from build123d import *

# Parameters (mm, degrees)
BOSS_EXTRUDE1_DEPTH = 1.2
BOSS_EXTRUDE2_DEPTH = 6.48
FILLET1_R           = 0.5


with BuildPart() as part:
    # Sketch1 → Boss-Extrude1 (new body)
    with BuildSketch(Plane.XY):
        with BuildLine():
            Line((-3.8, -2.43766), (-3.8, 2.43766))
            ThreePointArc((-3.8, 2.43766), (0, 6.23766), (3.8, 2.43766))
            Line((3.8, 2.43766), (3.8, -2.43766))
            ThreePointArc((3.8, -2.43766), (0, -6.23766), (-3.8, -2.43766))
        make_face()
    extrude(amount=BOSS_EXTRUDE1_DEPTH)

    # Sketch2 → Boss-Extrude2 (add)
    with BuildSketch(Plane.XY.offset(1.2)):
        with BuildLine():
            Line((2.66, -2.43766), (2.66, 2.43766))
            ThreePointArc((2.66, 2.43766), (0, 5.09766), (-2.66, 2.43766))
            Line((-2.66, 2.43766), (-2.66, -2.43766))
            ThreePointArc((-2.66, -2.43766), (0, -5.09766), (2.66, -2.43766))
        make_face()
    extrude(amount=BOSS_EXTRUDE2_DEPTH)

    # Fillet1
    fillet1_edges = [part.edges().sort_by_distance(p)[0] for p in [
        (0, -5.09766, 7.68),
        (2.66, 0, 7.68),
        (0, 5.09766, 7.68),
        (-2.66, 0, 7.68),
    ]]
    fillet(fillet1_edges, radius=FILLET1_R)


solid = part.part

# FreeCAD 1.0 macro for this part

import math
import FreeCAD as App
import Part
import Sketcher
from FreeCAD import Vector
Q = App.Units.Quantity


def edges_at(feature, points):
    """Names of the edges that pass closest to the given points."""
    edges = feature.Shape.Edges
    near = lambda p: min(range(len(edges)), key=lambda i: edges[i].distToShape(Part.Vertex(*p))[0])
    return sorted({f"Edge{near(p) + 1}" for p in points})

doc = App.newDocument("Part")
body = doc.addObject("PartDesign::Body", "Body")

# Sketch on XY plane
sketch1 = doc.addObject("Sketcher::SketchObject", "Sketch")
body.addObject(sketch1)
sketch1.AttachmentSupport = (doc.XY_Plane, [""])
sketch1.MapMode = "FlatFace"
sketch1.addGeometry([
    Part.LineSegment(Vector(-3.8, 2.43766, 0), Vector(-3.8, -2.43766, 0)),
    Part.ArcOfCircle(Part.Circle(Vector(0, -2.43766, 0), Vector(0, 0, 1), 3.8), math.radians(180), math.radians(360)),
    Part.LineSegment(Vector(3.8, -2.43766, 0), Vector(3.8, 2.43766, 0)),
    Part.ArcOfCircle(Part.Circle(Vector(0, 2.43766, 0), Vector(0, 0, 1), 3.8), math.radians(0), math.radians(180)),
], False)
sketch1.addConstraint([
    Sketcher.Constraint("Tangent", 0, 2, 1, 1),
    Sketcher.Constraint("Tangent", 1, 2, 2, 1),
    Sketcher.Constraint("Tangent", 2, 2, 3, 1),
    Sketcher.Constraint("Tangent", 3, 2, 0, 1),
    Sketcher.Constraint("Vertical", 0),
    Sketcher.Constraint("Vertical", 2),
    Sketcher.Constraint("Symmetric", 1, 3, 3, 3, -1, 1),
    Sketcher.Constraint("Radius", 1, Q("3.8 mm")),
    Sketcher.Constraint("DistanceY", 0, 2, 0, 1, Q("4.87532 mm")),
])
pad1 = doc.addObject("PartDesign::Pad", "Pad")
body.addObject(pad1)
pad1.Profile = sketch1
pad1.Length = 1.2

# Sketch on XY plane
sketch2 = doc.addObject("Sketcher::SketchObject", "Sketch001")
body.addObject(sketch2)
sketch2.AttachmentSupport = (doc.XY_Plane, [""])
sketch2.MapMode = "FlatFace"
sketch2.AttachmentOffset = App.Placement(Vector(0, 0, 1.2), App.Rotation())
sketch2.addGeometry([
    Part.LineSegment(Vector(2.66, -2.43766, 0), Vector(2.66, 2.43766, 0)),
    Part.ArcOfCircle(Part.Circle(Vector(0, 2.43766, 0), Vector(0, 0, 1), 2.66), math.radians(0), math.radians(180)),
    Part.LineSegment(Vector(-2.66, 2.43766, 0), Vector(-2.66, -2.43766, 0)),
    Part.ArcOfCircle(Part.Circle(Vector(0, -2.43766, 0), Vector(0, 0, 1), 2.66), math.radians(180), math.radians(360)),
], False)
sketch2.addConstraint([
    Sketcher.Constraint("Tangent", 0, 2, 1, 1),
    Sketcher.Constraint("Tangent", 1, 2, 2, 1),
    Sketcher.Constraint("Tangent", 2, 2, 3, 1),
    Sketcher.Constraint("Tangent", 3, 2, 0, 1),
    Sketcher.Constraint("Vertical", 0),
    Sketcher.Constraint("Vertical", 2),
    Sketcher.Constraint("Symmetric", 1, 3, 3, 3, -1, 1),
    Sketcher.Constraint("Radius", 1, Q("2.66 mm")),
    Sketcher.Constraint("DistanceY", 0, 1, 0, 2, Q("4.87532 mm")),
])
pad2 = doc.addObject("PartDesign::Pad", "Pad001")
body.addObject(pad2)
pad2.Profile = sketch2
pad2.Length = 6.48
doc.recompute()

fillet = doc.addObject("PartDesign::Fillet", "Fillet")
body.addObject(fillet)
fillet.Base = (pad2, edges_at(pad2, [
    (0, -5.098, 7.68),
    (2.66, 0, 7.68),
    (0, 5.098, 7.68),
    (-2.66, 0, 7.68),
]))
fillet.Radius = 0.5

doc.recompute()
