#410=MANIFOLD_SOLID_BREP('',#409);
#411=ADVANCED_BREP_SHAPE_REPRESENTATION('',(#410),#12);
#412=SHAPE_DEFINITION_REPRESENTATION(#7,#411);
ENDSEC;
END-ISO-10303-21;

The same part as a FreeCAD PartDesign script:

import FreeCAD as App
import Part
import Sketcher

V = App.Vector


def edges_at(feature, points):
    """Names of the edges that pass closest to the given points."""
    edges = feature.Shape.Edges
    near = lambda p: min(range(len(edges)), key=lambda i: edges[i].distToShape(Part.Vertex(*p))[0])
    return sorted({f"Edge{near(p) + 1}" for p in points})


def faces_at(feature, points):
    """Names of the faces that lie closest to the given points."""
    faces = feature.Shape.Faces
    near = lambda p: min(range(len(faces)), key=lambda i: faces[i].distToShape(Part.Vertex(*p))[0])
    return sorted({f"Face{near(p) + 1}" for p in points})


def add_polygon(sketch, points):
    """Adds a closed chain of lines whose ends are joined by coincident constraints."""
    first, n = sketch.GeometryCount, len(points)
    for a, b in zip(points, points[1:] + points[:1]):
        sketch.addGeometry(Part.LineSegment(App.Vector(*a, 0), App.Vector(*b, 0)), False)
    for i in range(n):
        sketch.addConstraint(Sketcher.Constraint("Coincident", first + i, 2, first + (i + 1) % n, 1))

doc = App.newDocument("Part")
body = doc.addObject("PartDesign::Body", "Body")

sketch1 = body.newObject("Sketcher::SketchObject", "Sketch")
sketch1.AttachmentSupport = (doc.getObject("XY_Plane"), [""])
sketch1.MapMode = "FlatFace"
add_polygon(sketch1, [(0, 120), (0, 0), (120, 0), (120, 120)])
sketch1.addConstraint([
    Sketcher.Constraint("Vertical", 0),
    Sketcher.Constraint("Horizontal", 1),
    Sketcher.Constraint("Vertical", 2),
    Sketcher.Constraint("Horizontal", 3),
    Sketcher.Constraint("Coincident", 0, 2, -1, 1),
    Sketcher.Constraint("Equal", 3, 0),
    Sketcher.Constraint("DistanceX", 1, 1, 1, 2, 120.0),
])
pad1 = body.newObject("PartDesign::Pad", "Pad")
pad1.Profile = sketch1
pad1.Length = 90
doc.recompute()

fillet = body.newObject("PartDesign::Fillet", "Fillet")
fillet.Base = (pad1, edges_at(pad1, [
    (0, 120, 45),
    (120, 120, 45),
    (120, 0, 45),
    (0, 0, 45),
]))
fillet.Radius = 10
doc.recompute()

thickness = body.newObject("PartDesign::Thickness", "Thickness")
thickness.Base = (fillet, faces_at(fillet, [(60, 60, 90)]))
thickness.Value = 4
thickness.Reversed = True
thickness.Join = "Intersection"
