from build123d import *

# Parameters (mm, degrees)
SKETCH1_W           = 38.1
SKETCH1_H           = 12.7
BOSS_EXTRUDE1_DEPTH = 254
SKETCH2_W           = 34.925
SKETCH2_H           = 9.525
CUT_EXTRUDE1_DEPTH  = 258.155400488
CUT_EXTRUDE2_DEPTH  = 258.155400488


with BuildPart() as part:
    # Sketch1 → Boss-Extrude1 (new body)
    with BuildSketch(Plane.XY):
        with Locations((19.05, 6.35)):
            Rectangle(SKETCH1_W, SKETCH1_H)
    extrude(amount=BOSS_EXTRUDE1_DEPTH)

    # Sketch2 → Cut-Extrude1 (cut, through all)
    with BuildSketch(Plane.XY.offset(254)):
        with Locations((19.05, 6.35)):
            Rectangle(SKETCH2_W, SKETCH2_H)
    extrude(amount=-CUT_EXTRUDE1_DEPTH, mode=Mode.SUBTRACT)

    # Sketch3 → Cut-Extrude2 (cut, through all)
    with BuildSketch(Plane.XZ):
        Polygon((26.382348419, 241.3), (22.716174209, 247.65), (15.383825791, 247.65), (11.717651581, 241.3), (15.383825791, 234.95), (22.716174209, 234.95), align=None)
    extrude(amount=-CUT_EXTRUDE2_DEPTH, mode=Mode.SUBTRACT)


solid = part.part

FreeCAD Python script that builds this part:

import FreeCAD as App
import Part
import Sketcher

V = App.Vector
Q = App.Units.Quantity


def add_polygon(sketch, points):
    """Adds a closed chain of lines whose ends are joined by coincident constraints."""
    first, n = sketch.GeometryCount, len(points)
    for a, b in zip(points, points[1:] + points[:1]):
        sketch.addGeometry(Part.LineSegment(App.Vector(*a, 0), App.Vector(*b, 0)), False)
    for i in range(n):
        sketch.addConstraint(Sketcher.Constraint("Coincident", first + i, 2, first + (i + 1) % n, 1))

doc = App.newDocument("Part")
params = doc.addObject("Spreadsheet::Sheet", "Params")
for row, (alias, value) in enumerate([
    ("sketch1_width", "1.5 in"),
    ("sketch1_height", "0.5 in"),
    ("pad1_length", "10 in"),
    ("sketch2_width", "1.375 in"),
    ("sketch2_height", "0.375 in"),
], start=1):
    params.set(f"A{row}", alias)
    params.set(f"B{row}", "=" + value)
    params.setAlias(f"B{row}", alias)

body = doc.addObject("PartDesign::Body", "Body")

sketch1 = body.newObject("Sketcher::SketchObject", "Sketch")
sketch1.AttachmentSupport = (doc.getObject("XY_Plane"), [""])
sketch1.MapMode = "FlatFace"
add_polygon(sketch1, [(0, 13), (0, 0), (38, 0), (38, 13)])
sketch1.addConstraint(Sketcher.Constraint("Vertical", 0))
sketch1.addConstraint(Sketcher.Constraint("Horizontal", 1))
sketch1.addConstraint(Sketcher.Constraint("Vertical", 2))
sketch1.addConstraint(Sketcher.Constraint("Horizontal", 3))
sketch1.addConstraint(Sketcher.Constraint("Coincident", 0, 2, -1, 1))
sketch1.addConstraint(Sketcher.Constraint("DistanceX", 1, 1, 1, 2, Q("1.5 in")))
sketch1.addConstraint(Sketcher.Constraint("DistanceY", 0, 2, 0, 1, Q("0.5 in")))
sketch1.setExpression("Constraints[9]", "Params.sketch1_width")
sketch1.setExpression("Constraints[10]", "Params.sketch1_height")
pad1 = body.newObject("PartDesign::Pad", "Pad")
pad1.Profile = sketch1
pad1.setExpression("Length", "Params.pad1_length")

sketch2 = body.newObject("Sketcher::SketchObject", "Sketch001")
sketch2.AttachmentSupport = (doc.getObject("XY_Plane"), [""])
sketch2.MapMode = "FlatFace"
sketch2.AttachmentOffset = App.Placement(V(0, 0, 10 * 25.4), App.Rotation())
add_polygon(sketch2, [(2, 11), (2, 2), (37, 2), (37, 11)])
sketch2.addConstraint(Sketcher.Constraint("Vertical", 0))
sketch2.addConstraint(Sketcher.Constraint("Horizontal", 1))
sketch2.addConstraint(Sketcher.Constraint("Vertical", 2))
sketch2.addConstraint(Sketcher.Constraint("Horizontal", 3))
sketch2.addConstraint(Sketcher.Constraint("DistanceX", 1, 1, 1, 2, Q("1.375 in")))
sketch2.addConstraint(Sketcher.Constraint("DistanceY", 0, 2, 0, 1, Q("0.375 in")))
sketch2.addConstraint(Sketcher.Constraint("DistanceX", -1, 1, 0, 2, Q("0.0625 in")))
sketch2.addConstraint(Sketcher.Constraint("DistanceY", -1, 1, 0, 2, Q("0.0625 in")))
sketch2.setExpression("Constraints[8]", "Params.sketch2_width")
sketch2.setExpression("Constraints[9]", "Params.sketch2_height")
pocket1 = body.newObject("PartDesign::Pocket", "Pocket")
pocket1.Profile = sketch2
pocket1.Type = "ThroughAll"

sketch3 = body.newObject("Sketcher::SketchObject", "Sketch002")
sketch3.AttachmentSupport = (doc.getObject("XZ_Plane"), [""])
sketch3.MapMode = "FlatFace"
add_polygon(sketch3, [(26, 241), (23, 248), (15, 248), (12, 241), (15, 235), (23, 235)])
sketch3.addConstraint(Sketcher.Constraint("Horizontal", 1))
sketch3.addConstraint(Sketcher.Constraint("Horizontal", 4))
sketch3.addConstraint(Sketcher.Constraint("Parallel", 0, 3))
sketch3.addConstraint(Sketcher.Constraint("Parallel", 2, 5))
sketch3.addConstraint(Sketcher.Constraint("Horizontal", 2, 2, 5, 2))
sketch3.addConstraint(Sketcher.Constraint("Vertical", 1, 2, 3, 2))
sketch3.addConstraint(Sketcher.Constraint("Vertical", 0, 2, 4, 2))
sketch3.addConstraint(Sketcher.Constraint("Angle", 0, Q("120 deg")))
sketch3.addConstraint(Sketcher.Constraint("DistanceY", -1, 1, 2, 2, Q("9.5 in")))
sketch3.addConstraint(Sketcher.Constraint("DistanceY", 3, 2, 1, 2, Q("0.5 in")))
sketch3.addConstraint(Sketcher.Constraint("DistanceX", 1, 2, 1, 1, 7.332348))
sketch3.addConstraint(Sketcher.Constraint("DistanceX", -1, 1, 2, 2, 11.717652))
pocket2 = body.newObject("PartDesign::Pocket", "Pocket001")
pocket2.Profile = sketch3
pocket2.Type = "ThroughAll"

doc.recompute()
......
What to work on:
Return a word-for-word copy of the lines from the beginning of the listing to the line holding "ThreePointArc((2.66, 2.43766), (0, 5.09766), (-2.66, 2.43766))", both kept.

Answer to the exercise:
from build123d import *

# Parameters (mm, degrees)
BOSS_EXTRUDE1_DEPTH = 1.2
BOSS_EXTRUDE2_DEPTH = 6.48
FILLET1_R           = 0.5


with BuildPart() as part:
    # Sketch1 → Boss-Extrude1 (new body)
    with BuildSketch(Plane.XY):
        with BuildLine():
            Line((-3.8, -2.43766), (-3.8, 2.43766))
            ThreePointArc((-3.8, 2.43766), (0, 6.23766), (3.8, 2.43766))
            Line((3.8, 2.43766), (3.8, -2.43766))
            ThreePointArc((3.8, -2.43766), (0, -6.23766), (-3.8, -2.43766))
        make_face()
    extrude(amount=BOSS_EXTRUDE1_DEPTH)

    # Sketch2 → Boss-Extrude2 (add)
    with BuildSketch(Plane.XY.offset(1.2)):
        with BuildLine():
            Line((2.66, -2.43766), (2.66, 2.43766))
            ThreePointArc((2.66, 2.43766), (0, 5.09766), (-2.66, 2.43766))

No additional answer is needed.